Действительно, города М’Заба выглядят много зажиточнее, чем населенные пункты в ряде других оазисов, — или, быть может, это кажется из-за размеренности их жизни? В обиду они своих единоверцев не дают, это так. Родственники… Особая деликатность в отношениях между людьми здесь живо бросается в глаза. Старики при встрече обязательно дважды «целуются» — прикасаясь друг к другу попеременно обеими щеками. Впрочем, это свойственно почти всем арабам. Старик мозабит с ребенком на руках — один из самых трогательных образов, какой когда-либо мне встречался. Морщинистые руки старика перебирают волосики ребенка с такой нежностью, слезящиеся и уже плохо видящие глаза сияют такой любовью, что понимаешь — перед тобой выражение необыкновенного чадолюбия, забота о своем потомстве. Общинный строй накладывает, разумеется, печать на характер людей. Но, с другой стороны, без помощи «мира», как говорили в старину, человек ни за что не смог бы выжить в скалистой пустыне.

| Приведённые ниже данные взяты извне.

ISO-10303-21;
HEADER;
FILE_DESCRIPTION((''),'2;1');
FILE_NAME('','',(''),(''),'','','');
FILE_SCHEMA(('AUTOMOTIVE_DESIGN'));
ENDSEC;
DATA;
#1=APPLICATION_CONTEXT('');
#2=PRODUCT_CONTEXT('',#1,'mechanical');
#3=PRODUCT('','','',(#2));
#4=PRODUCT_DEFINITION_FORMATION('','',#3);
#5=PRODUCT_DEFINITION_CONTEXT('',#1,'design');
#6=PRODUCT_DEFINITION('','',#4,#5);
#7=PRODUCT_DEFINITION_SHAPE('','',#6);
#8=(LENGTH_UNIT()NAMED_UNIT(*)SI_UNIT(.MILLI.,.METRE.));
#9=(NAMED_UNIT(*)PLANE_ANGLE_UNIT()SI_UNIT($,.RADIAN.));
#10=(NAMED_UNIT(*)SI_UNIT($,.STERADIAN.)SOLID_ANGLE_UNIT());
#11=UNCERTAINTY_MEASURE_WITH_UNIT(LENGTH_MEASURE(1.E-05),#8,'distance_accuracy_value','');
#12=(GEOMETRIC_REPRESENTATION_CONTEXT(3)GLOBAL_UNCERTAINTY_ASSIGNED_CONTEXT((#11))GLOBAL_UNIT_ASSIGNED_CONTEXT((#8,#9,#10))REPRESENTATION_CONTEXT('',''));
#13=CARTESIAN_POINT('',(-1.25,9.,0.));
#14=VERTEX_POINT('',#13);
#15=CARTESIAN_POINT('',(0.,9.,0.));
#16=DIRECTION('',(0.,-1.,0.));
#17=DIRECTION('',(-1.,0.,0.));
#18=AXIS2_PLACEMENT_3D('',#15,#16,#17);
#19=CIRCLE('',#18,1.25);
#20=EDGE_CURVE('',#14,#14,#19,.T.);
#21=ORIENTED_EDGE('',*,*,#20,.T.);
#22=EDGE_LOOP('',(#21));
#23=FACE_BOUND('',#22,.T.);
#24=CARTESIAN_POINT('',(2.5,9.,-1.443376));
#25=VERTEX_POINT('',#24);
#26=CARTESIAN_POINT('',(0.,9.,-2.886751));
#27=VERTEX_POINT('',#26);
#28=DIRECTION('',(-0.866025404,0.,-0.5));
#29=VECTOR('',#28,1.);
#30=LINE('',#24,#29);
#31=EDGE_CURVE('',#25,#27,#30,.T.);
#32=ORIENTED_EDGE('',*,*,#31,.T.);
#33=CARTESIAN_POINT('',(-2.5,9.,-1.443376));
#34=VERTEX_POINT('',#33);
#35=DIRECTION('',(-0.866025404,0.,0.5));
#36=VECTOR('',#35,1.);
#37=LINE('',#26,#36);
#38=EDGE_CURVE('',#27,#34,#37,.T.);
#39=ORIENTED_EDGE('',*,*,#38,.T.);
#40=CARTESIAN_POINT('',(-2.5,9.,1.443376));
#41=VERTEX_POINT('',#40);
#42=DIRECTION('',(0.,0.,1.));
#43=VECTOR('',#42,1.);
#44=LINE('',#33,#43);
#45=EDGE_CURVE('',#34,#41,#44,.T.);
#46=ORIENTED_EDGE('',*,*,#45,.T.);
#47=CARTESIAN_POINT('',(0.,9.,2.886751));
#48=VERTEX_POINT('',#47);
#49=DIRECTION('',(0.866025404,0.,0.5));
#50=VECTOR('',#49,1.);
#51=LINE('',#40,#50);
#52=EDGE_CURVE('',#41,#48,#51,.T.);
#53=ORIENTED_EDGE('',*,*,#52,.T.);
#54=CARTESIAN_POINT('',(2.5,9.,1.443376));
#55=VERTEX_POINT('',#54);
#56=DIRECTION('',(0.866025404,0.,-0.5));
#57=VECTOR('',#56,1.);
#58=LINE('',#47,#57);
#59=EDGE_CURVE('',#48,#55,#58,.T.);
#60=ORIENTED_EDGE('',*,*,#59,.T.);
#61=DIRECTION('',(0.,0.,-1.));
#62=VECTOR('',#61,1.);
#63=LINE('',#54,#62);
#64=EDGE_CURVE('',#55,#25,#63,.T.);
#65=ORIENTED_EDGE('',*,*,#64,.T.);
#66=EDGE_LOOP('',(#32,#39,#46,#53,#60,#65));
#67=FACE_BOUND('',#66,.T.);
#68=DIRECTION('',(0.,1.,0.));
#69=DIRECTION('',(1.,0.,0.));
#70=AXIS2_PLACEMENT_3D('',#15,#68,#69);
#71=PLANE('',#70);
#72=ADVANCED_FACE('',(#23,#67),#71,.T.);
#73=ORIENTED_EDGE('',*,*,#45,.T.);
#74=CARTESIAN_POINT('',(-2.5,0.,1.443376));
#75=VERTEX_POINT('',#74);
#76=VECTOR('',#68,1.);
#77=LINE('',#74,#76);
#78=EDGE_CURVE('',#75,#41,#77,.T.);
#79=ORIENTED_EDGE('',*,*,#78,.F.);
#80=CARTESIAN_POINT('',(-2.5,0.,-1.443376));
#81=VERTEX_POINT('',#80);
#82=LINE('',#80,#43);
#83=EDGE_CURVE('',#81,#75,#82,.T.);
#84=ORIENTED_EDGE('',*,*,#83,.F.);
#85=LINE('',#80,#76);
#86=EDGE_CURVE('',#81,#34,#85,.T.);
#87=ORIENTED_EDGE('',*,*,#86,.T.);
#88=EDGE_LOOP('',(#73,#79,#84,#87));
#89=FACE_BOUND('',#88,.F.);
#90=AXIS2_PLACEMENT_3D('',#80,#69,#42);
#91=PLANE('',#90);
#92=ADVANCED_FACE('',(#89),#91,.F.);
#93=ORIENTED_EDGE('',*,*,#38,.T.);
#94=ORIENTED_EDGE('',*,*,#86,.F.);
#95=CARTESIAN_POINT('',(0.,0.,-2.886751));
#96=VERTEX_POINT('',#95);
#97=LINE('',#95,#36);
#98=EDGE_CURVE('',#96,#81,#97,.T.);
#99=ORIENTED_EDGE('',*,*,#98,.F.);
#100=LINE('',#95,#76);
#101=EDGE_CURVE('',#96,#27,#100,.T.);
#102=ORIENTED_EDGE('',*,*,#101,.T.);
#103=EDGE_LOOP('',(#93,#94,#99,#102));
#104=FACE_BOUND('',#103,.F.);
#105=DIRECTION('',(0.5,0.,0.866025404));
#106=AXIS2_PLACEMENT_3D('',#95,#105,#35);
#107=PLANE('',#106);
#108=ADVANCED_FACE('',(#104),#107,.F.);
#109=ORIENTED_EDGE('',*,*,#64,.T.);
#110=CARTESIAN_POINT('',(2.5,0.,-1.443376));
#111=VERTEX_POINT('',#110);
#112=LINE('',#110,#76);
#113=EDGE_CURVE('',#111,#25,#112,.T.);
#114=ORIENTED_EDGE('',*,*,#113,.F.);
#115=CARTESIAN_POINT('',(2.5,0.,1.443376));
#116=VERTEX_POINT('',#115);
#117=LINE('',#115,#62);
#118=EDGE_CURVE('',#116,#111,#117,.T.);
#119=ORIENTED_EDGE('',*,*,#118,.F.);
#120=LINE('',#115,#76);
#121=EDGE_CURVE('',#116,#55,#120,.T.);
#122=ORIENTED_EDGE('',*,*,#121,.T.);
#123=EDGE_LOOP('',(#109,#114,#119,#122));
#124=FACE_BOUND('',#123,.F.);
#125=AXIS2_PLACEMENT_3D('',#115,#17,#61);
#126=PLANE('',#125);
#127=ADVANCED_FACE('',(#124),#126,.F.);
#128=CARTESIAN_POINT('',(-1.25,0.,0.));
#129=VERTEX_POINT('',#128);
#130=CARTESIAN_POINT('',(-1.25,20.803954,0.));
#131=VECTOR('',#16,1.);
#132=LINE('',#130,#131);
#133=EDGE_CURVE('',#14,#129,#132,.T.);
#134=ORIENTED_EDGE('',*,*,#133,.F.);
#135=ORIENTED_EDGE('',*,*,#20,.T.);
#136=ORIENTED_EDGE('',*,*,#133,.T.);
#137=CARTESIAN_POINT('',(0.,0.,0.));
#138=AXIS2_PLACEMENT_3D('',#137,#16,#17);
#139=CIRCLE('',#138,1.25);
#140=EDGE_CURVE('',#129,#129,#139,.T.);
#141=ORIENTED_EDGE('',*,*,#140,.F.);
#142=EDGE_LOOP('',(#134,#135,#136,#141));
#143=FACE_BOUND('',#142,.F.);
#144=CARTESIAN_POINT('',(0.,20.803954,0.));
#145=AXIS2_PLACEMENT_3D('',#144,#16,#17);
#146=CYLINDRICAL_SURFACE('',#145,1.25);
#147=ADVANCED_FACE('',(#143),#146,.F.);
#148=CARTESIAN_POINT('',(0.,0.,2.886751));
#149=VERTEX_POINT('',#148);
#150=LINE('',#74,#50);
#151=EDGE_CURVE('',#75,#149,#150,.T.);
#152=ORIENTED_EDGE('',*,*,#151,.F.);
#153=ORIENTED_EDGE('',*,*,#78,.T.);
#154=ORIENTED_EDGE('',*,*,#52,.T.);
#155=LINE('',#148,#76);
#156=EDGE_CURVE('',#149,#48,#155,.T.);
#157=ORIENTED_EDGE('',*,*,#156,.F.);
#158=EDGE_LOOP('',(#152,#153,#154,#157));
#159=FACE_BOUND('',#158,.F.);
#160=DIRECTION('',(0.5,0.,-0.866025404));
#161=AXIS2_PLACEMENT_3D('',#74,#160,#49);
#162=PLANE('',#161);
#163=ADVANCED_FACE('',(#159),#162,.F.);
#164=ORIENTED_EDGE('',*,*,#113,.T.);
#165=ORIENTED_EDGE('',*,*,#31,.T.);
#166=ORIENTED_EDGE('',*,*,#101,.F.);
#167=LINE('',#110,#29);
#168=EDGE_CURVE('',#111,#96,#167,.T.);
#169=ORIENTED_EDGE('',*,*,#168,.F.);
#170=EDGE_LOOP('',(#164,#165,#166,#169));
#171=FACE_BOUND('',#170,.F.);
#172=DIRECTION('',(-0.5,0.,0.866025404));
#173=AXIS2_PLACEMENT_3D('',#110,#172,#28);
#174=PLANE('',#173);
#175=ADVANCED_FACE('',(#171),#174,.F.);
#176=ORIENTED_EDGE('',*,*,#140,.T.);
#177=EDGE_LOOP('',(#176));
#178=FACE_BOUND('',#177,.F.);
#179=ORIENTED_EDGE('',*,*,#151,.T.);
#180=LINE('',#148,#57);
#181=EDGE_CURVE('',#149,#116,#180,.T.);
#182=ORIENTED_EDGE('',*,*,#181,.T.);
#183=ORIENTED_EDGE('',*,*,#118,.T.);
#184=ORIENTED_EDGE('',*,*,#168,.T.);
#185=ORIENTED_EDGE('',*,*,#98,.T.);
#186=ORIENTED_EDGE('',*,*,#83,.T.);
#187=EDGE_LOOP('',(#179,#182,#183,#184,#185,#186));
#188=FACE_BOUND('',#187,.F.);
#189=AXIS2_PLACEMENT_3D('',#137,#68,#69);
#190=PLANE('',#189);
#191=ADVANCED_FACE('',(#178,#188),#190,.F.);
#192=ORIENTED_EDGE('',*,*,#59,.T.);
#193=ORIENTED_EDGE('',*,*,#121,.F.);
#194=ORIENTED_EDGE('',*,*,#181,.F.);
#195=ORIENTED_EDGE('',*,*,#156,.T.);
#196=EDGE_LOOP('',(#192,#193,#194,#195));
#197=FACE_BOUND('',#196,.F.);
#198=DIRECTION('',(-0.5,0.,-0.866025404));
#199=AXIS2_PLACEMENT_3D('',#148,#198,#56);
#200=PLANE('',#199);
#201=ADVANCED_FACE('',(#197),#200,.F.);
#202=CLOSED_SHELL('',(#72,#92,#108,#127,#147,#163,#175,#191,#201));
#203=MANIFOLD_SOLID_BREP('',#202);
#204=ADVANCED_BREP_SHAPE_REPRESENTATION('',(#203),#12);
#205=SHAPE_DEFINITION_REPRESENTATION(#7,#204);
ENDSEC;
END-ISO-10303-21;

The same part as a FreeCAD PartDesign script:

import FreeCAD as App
import Part
import Sketcher
from FreeCAD import Vector
Q = App.Units.Quantity

doc = App.newDocument("Part")
body = doc.addObject("PartDesign::Body", "Body")

# Sketch on XZ plane
sketch1 = body.newObject("Sketcher::SketchObject", "Sketch")
sketch1.AttachmentSupport = (doc.getObject("XZ_Plane"), [""])
sketch1.MapMode = "FlatFace"
sketch1.addGeometry([
    Part.LineSegment(Vector(2.5, 1.443376, 0), Vector(2.5, -1.443376, 0)),  # 0
    Part.LineSegment(Vector(2.5, -1.443376, 0), Vector(0, -2.886751, 0)),  # 1
    Part.LineSegment(Vector(0, -2.886751, 0), Vector(-2.5, -1.443376, 0)),  # 2
    Part.LineSegment(Vector(-2.5, -1.443376, 0), Vector(-2.5, 1.443376, 0)),  # 3
    Part.LineSegment(Vector(-2.5, 1.443376, 0), Vector(0, 2.886751, 0)),  # 4
    Part.LineSegment(Vector(0, 2.886751, 0), Vector(2.5, 1.443376, 0)),  # 5
], False)
sketch1.addConstraint([
    Sketcher.Constraint("Coincident", 0, 2, 1, 1),
    Sketcher.Constraint("Coincident", 1, 2, 2, 1),
    Sketcher.Constraint("Coincident", 2, 2, 3, 1),
    Sketcher.Constraint("Coincident", 3, 2, 4, 1),
    Sketcher.Constraint("Coincident", 4, 2, 5, 1),
    Sketcher.Constraint("Coincident", 5, 2, 0, 1),
    Sketcher.Constraint("Vertical", 0),
    Sketcher.Constraint("Vertical", 3),
    Sketcher.Constraint("Symmetric", 0, 2, 3, 2, -1, 1),
    Sketcher.Constraint("Symmetric", 1, 2, 4, 2, -1, 1),
    Sketcher.Constraint("PointOnObject", 1, 2, -2),
    Sketcher.Constraint("Parallel", 2, 5),
    Sketcher.Constraint("Horizontal", 0, 2, 2, 2),
    Sketcher.Constraint("Angle", 1, Q("-150 deg")),
    Sketcher.Constraint("DistanceX", 2, 2, 0, 2, Q("5 mm")),
    Sketcher.Constraint("DistanceY", 0, 2, 0, 1, Q("2.886751 mm")),
])
pad1 = body.newObject("PartDesign::Pad", "Pad")
pad1.Profile = sketch1
pad1.Length = 9
pad1.Reversed = True

# Sketch on XZ plane
sketch2 = body.newObject("Sketcher::SketchObject", "Sketch001")
sketch2.AttachmentSupport = (doc.getObject("XZ_Plane"), [""])
sketch2.MapMode = "FlatFace"
sketch2.AttachmentOffset = App.Placement(Vector(0, 0, -9), App.Rotation())
sketch2.addGeometry(Part.Circle(Vector(0, 0, 0), Vector(0, 0, 1), 1.25), False)
sketch2.addConstraint([
    Sketcher.Constraint("Coincident", 0, 3, -1, 1),
    Sketcher.Constraint("Diameter", 0, Q("2.5 mm")),
])
doc.recompute()
hole = body.newObject("PartDesign::Hole", "Hole")
hole.Profile = sketch2
hole.ThreadType = "None"
hole.Diameter = 2.5
hole.DepthType = "ThroughAll"
hole.Reversed = True

doc.recompute()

В долгих прогулках по Гардае меня сначала преследовало ощущение чего-то необычайного. Оказывается, мне не встретилось еще ни одной женщины. Во-первых, подумала я, их, наверное, здесь намного меньше, чем в других арабских городах, потому что мозабиты не признают «шерху», то есть многоженство, присущее остальным мусульманам. Более того, мозабит не смеет привести в долину женщину из другого племени или народа. Во-вторых, строгость нравов согласно древним традициям категорически запрещает женщинам М’Заба не только покидать границы оазиса, но и даже просто появляться на улице. Таким образом, вся забота о детях, вышедших за пределы дома, ложится на мужчин. Мусульмане чаще всего считают женщину просто одушевленным предметом; видимо, это свойственно и городам М’Заба, хотя здесь, в типично родовой организации, женщина всегда была равноправным членом общества.
Каждый город пронизан сетью узких, извилистых переулков. Маленький ослик из породы «буррико», той самой, представителя которой так безжалостно убил в Алжире вместо льва Тартарен из Тараскона, от головы до хвоста занимает как раз всю ширину улицы — от дома до дома. Переулки незаметно уводят вверх. Там, наверху, как я это и поняла сразу при взгляде на первый лежавший на нашем пути город мозабитов, весь этот архитектурный комплекс увенчан четырехугольным минаретом мечети, служащим центром внешнего художественного облика города. Двадцатидвухметровый минарет Гардаи, например, виден почти из каждого узенького переулка. Он — как бы постоянный ориентир в этом лабиринте высоких глухих стен. А на закате солнца он напоминает путешественникам свечу, зажженную над городом.
Строгость, простота и экономия средств создали во всех городах такую гармонию, на какую бывает способна лишь сама природа. Эти города с их крепостными стенами, мечетями, базарами, колодцами словно сами, естественным путем, пришли в мир, не испорченные человеческим вмешательством, назойливостью, выдумкой. Целостность и законченность архитектурного ансамбля М’Заба, его слитность с природой, точное соответствие реальным, естественным условиям, логическое сочетание стихийного и рационального чрезвычайно высоко ценил Ле Корбюзье. Именно этому идеалу он пытался следовать в своем творчестве.
Мой спутник, молодой советский химик из Горького, преподающий в Алжире, Володя Титов безостановочно щелкает фотоаппаратом. А меня, признаться, охватывает страх, ибо, как читатель уже знает, мусульмане вообще отрицательно относятся ко всякого рода изображениям человеческого лица, а в Гардае эта черта явно должна быть усугублена строгостью нравов. До последнего времени на некоторых воротах здешних городов сохранились надписи, запрещавшие иноверцам вносить сюда фотоаппараты. И вдруг на одной из улиц Гардаи мы видим фотомагазин фирмы «Кодак», а через квартал — еще один.